TRY IT: Go through the data from its first line and retype each line, stopping once the line containing "f 454 452 453" has been retyped.

(Collected data entries)
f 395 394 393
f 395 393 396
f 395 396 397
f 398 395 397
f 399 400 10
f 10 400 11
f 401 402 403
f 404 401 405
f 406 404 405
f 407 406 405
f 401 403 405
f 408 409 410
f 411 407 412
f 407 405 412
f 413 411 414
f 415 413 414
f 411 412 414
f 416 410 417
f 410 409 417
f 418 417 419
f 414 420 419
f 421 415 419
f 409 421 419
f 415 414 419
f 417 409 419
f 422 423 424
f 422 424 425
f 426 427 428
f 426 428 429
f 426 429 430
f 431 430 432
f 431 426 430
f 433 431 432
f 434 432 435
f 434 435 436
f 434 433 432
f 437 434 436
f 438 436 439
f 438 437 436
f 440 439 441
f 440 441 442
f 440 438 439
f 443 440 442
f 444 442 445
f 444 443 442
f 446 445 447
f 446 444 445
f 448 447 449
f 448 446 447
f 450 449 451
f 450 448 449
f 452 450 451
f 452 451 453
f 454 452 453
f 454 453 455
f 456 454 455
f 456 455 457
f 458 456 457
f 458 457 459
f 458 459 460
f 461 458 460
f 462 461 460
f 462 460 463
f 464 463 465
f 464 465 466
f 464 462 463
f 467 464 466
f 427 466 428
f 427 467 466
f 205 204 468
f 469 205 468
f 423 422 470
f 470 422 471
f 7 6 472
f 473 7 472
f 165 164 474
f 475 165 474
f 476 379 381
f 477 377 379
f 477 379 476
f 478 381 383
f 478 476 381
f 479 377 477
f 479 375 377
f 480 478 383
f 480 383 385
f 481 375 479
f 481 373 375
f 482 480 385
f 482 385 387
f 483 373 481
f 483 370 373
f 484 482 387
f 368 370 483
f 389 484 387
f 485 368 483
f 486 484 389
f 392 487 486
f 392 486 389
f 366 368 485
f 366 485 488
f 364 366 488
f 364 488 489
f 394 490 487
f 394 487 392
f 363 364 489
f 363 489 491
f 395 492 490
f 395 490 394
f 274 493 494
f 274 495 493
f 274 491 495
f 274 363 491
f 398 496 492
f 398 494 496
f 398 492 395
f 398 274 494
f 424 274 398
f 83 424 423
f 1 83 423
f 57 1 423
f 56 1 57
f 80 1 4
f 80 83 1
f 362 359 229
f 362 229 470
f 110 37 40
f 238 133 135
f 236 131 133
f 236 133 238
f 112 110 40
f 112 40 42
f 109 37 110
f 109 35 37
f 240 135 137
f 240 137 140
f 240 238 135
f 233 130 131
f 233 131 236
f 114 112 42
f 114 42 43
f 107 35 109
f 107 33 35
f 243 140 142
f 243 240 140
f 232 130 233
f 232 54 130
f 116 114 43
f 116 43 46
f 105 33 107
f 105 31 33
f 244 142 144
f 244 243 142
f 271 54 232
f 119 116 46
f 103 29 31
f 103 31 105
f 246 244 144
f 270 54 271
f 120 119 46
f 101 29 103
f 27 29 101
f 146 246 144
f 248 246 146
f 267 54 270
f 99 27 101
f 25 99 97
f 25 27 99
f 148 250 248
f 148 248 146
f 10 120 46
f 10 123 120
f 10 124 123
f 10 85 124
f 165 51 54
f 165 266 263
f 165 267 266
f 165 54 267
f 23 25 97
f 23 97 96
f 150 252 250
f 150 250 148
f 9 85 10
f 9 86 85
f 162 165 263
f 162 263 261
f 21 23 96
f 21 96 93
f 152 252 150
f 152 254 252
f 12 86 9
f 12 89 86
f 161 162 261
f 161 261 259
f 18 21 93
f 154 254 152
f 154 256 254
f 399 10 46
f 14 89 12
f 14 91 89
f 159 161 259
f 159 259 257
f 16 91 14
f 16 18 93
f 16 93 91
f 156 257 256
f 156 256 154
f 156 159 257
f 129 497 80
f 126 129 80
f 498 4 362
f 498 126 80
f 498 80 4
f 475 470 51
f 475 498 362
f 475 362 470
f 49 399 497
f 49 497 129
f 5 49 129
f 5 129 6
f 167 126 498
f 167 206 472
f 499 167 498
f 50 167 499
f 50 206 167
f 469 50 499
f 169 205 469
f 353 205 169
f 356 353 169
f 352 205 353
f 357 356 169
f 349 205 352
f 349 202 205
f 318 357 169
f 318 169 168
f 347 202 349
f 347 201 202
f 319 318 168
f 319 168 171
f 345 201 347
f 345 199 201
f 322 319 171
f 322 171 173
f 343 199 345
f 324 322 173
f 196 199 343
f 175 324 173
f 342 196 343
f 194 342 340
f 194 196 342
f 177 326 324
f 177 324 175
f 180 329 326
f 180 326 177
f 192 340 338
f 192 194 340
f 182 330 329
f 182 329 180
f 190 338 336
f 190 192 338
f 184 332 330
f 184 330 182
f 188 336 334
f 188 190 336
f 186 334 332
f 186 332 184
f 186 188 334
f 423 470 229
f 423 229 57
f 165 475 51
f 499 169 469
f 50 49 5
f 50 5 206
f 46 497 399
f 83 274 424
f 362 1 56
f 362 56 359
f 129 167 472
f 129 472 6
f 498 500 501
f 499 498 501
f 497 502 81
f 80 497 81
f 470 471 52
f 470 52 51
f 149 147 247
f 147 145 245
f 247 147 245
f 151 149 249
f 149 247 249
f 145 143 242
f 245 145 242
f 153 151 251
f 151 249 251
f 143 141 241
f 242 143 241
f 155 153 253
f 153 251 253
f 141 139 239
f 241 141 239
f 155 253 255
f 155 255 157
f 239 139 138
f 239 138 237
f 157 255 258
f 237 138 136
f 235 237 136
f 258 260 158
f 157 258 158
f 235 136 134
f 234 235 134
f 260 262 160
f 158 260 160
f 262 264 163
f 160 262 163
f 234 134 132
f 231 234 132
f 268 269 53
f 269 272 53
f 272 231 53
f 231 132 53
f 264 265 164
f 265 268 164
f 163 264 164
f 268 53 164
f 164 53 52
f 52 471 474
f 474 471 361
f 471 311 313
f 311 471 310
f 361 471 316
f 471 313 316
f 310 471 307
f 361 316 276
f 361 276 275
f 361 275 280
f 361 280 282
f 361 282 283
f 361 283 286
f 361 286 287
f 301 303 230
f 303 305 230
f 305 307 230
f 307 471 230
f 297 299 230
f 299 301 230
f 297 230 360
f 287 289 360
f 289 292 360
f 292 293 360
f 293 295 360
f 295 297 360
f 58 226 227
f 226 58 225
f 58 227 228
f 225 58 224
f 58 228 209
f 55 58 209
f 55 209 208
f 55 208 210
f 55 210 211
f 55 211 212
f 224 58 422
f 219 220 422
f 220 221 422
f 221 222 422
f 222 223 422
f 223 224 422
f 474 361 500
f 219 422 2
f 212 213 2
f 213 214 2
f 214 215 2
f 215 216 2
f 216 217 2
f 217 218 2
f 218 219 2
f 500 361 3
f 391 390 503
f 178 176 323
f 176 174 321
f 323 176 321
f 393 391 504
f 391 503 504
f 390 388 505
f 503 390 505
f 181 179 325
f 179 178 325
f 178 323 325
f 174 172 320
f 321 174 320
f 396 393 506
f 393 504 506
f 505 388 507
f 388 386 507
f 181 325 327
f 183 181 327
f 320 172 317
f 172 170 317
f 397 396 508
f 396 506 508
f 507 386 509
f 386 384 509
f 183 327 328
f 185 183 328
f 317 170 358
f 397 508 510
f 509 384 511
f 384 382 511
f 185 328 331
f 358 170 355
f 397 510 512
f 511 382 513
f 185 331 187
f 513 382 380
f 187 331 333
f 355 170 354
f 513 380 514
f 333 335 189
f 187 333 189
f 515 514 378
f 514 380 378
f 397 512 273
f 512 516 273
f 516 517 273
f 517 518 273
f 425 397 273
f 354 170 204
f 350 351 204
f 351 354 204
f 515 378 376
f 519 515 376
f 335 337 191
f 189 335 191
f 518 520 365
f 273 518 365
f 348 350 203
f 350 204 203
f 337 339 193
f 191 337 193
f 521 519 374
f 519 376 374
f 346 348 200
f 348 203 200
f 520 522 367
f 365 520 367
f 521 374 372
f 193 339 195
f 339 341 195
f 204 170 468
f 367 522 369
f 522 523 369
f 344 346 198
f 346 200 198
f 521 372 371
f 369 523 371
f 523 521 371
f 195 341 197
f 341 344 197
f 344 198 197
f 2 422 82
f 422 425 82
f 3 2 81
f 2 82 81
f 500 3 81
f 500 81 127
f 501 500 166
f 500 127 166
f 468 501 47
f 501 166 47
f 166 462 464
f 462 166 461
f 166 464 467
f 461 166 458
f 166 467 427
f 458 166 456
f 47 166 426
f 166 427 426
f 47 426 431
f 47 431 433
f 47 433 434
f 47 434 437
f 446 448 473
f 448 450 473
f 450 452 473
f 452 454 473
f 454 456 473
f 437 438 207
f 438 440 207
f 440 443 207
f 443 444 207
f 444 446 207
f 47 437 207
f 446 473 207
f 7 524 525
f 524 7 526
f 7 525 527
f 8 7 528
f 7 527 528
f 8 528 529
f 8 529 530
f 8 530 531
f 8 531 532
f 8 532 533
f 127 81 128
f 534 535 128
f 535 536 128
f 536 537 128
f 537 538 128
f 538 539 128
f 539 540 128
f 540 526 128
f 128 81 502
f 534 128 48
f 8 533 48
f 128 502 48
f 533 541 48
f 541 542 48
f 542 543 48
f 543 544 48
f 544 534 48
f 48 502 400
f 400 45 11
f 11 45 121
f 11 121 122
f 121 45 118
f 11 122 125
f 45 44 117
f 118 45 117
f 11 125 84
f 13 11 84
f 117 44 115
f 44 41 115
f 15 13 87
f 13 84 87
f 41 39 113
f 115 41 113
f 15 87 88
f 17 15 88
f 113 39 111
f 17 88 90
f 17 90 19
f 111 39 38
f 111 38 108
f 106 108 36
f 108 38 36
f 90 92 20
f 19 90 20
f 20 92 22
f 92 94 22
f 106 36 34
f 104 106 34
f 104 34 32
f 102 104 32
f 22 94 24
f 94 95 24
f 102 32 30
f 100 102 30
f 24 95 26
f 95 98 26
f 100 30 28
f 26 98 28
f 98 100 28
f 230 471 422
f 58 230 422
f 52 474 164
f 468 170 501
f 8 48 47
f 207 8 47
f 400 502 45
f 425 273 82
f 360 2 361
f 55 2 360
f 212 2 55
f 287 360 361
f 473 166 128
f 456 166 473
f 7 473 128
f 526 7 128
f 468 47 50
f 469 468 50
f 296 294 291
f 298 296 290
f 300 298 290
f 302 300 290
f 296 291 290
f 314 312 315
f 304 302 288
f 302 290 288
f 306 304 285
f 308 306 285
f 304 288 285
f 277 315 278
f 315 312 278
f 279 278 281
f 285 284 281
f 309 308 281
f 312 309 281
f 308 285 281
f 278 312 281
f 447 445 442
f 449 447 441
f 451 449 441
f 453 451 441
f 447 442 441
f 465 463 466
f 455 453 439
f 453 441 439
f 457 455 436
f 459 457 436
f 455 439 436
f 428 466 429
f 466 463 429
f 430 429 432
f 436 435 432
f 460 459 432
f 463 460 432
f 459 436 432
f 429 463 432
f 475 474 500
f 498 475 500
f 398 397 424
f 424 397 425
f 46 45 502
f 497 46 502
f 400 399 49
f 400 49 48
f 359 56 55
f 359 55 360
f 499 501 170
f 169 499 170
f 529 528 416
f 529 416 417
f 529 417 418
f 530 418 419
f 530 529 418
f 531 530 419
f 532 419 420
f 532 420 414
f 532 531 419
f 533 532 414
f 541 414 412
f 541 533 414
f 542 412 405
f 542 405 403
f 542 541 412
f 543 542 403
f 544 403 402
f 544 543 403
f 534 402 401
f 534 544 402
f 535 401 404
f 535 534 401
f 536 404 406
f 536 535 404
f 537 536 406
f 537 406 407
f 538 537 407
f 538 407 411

ANSWER SECTION:
f 395 394 393
f 395 393 396
f 395 396 397
f 398 395 397
f 399 400 10
f 10 400 11
f 401 402 403
f 404 401 405
f 406 404 405
f 407 406 405
f 401 403 405
f 408 409 410
f 411 407 412
f 407 405 412
f 413 411 414
f 415 413 414
f 411 412 414
f 416 410 417
f 410 409 417
f 418 417 419
f 414 420 419
f 421 415 419
f 409 421 419
f 415 414 419
f 417 409 419
f 422 423 424
f 422 424 425
f 426 427 428
f 426 428 429
f 426 429 430
f 431 430 432
f 431 426 430
f 433 431 432
f 434 432 435
f 434 435 436
f 434 433 432
f 437 434 436
f 438 436 439
f 438 437 436
f 440 439 441
f 440 441 442
f 440 438 439
f 443 440 442
f 444 442 445
f 444 443 442
f 446 445 447
f 446 444 445
f 448 447 449
f 448 446 447
f 450 449 451
f 450 448 449
f 452 450 451
f 452 451 453
f 454 452 453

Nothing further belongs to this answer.